Математика -- страсть познания всего, что нас окружает.
Страсть суть волна; игра -- дифракция и интерференция волн, отчего всё окружающее открывается нам в ходе игры, чьи правила могут быть определены математически. Но это не означает причинно-следственной предопределённости самой игры: как известно, игра на то и игра, чтобы, следуя некоторым правилам, оставаться непредсказуемой в своём исходе и перипетиях. К тому же полагаться на море страстей и соблазнов, порождающих страсть, куда с рождения погружается человек, -- занятие неблагодарное. Это начало, как и всё человеческое, всегда в становлении и непременно требует энергического восполнения всё в той же страсти, кроящей и перекраивающей мир.
Доброе и злое, хорошее и плохое разнятся соблазном, порождающим страсть. Если соблазн ограничен нравственно, страсть вписывается в понятные и эстетически завершённые формы, как правильные многоугольники в круг, и, оставаясь иррациональной по своей природе, допускает известное оперирование, как с числом, равным отношению длины окружности к диаметру. Если соблазн ничем не ограничен, страсть принимает уродливые формы, как всё "уходящее на бесконечность". Настоятельность её исчерпывает силы социального организма. Так исчерпали себя древние цивилизации -- сгорел в огне языческих соблазнов христианский Рим и пал Константинополь. Так день за днём убивала себя несчастная Анна в романе Толстого -- проклятый Эрос чугунным молотом страсти стучал по кованым парапетам её рассудка. Так изводит себя всякая тварь, уверенная, что имеет право на свободу другого -- там, где, собственно, её свобода кончается.
В истории с докторской диссертацией и последующего изживания не то что меня, но даже духа моего с кафедры философии НГУЭУ встречаются преимущественно персонажи последнего типа -- люди, не скажу, что плохие, но совокупно поступающие как злодеи.

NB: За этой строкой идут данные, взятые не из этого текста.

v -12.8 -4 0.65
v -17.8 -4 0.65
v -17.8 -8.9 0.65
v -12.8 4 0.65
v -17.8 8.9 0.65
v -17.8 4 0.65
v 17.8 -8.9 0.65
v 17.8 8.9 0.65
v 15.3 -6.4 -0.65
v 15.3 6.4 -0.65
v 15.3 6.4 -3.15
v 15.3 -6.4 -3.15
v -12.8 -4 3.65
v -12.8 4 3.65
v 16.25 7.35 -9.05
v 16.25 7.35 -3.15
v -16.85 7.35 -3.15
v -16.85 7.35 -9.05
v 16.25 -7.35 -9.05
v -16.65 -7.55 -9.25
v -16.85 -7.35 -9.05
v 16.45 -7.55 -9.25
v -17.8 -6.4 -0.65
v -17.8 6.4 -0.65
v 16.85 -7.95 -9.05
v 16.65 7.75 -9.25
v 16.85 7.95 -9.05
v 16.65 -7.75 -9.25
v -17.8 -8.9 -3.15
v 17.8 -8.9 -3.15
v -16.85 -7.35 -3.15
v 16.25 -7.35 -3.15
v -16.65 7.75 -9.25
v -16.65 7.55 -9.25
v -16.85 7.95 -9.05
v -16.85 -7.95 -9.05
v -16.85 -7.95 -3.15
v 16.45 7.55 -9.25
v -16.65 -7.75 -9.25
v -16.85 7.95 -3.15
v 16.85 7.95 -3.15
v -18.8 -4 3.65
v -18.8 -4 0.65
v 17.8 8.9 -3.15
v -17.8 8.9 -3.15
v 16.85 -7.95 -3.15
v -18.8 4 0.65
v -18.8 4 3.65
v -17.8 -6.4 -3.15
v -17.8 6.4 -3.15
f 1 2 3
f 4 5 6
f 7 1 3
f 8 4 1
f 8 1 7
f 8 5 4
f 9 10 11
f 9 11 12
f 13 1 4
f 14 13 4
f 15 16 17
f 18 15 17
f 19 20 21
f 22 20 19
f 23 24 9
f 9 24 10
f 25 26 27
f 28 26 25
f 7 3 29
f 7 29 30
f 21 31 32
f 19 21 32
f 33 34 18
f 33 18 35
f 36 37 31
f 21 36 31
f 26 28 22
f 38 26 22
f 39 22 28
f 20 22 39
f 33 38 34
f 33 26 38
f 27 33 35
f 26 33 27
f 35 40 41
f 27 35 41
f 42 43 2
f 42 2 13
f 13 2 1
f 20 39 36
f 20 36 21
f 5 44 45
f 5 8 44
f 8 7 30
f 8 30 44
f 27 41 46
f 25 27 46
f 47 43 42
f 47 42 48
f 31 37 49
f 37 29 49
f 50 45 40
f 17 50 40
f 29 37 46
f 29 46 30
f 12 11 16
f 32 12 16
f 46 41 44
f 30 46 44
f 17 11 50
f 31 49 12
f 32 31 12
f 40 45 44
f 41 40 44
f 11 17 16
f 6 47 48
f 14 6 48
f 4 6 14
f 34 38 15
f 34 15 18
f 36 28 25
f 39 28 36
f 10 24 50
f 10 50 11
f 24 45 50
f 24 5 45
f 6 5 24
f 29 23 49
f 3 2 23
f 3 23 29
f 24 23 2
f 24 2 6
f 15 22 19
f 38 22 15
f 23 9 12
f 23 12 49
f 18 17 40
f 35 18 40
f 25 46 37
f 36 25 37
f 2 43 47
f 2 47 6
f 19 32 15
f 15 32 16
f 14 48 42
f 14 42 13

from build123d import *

# Parameters (mm, degrees)
SKETCH1_W           = 35.6
SKETCH1_H           = 17.8
BOSS_EXTRUDE1_DEPTH = 0.65
SKETCH2_W           = 6
SKETCH2_H           = 8
BOSS_EXTRUDE2_DEPTH = 3
BOSS_EXTRUDE3_DEPTH = 2.5
BOSS_EXTRUDE4_DEPTH = 6.1
CHAMFER1_SIZE       = 0.2


with BuildPart() as part:
    # Sketch1 → Boss-Extrude1 (new, symmetric)
    with BuildSketch(Plane.XY):
        Rectangle(SKETCH1_W, SKETCH1_H)
    extrude(amount=BOSS_EXTRUDE1_DEPTH, both=True)

    # Sketch2 → Boss-Extrude2 (add)
    with BuildSketch(Plane.XY.offset(0.65)):
        with Locations((-15.8, 0)):
            Rectangle(SKETCH2_W, SKETCH2_H)
    extrude(amount=BOSS_EXTRUDE2_DEPTH)

    # Sketch3 → Boss-Extrude3 (add)
    with BuildSketch(Plane(origin=(0, 0, -0.65), x_dir=(-1, 0, 0), z_dir=(0, 0, -1))):
        Polygon((17.8, 6.4), (-15.3, 6.4), (-15.3, -6.4), (17.8, -6.4), (17.8, -8.9), (-17.8, -8.9), (-17.8, 8.9), (17.8, 8.9), align=None)
    extrude(amount=BOSS_EXTRUDE3_DEPTH)

    # Sketch4 → Boss-Extrude4 (add)
    with BuildSketch(Plane(origin=(0, 0, -3.15), x_dir=(-1, 0, 0), z_dir=(0, 0, -1))):
        Polygon((16.85, -7.95), (16.85, -7.35), (-16.25, -7.35), (-16.25, 7.35), (16.85, 7.35), (16.85, 7.95), (-16.85, 7.95), (-16.85, -7.95), align=None)
    extrude(amount=BOSS_EXTRUDE4_DEPTH)

    # Chamfer1
    chamfer1_edges = [part.edges().sort_by_distance(p)[0] for p in [
        (0, -7.95, -9.25),
        (-16.85, -7.65, -9.25),
        (-0.3, -7.35, -9.25),
        (16.25, 0, -9.25),
        (-0.3, 7.35, -9.25),
        (-16.85, 7.65, -9.25),
        (0, 7.95, -9.25),
        (16.85, 0, -9.25),
    ]]
    chamfer(chamfer1_edges, length=CHAMFER1_SIZE)


solid = part.part
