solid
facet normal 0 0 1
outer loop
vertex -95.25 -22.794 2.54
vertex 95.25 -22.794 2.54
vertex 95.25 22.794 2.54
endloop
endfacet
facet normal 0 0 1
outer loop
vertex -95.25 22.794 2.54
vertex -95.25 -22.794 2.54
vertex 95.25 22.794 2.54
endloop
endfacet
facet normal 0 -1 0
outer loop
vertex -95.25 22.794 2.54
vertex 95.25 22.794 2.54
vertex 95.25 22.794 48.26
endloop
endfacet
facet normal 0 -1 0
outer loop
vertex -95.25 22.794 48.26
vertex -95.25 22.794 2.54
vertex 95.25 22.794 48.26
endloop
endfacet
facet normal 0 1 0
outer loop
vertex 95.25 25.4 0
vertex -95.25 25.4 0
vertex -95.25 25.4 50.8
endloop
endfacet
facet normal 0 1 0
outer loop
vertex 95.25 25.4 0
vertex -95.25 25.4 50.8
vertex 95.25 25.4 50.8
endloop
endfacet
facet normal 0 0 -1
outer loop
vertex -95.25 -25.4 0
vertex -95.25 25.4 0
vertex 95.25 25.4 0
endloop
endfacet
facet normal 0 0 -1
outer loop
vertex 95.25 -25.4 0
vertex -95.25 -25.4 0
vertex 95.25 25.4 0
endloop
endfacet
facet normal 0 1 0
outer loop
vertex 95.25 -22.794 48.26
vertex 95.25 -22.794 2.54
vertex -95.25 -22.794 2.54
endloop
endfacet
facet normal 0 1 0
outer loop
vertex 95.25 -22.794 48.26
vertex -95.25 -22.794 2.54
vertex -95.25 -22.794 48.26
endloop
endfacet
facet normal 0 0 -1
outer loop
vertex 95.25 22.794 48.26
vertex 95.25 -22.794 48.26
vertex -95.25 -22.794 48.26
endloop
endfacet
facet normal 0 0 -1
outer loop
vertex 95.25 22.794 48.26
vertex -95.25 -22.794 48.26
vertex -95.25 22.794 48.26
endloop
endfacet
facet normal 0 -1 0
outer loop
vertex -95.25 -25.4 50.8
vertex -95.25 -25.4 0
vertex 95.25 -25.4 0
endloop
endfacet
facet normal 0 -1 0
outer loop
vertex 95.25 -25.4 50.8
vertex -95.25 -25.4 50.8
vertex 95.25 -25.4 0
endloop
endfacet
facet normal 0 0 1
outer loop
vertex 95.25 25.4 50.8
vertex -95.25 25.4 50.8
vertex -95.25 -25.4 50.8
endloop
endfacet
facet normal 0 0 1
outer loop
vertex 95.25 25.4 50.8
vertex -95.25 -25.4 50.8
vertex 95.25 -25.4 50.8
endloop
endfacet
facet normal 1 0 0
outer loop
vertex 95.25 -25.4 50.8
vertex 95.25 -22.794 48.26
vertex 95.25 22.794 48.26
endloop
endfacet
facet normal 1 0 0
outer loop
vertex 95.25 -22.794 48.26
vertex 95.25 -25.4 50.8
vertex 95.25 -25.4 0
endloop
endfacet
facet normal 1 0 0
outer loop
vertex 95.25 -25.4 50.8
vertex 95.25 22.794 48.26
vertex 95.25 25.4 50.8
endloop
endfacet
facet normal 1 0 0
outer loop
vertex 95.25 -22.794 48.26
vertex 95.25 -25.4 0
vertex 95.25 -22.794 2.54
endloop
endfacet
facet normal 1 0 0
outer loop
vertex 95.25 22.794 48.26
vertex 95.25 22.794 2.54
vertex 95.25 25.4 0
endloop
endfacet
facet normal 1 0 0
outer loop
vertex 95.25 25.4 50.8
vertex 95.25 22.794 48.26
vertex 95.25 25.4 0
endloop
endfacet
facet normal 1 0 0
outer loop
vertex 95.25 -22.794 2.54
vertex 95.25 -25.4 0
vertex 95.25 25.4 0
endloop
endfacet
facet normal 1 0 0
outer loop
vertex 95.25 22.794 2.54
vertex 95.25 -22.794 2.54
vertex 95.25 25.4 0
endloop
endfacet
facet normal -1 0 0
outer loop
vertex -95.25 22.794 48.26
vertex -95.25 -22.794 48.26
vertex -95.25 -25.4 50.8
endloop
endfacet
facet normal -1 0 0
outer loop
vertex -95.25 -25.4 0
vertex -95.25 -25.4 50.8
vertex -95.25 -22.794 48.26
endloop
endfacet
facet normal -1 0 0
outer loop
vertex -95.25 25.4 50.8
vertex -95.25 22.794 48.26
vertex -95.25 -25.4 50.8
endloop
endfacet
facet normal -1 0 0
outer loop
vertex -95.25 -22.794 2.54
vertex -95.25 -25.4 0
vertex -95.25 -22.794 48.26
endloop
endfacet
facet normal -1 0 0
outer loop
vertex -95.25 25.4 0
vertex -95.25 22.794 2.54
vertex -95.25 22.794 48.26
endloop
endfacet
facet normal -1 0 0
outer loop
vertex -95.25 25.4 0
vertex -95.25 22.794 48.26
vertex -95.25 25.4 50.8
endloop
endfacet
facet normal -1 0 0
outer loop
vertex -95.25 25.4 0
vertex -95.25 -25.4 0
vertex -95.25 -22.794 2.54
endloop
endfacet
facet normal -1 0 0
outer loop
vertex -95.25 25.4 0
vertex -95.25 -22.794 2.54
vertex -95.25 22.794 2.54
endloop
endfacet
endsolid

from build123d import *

# Parameters (mm, degrees)
F0_W     = 190.5
F0_H     = 50.8
F1_DEPTH = 50.8
F2_W     = 45.588648
F2_H     = 45.72
F3_DEPTH = 237.56619


with BuildPart() as f1:
    # F0 (on Top) → F1 (new body)
    with BuildSketch(Plane.XY):
        Rectangle(F0_W, F0_H)
    extrude(amount=F1_DEPTH)

    # F2 (on face) → F3 (cut)
    with BuildSketch(Plane.YZ.offset(95.25)):
        with Locations((0, 25.4)):
            Rectangle(F2_W, F2_H)
    extrude(amount=-F3_DEPTH, mode=Mode.SUBTRACT)


solid = f1.part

Это именно та ситуация, которую Валентин Распутин определил в формулировке: "до чего же мы все добрые по отдельности люди и до чего же безрассудно и много, как нарочно, все вместе творим зла". Все вместе творим, поскольку ни за что не желаем видеть, как все эти волны, дробясь и слагаясь, кругами своими возвращаются в тот ад, который сами же и творим. Если кто не умеет или не желает творить, его учат и заставляют. Если кто и после этого не принимает участие в коллективном безумии уходящей в лета нации, не прогибается под куматоид, его побивают камнями, изгоняя или уничтожая по образцу, как это делали римляне и византийцы, пока не были сметены ордами варваров и вандалов. Таково свойство пагубных соблазнов и порождаемых ими страстей.
"Нам чудится, что мы живём, а нас, может, давно похоронили, но мы ничего не помним. Мы суетимся тут, хлещемся... Как перевёртыши. И не понимаем, что нас нет, что это кто-то собрал наши грехи и страсти, чтобы посмотреть, какими мы были" (В.Г.Распутин. "Век живи -- век люби").
В моей истории все персонажи заслуживают друг друга, но это отнюдь не те зловредные монахи, какие не давали Абеляру исполнять обязанности аббата. Все они -- от ректора Гусева до профессора Фигуровской, от секретаря учёного совета с комиссарской фамилией Фурманова до лаборанта кафедры с пролетарской фамилией Женибекова -- все они по отдельности добрые люди, хотя и невольники химеры страстей, удовлетворяя которые изо дня в день, безрассудно и много, как бы по инерции, творят зло.
Наиболее преуспевающим на ниве имитации народного образования и политического участия в общем деле деградации, вне всякого сомнения, выступает филолог Донских. Это история его далеко не кафкианского, но оттого не менее отвратительного превращения из человека какой-никакой науки в имитатора, из гражданина в перевёртыша, из профессора Донских в "доцента Кубанских".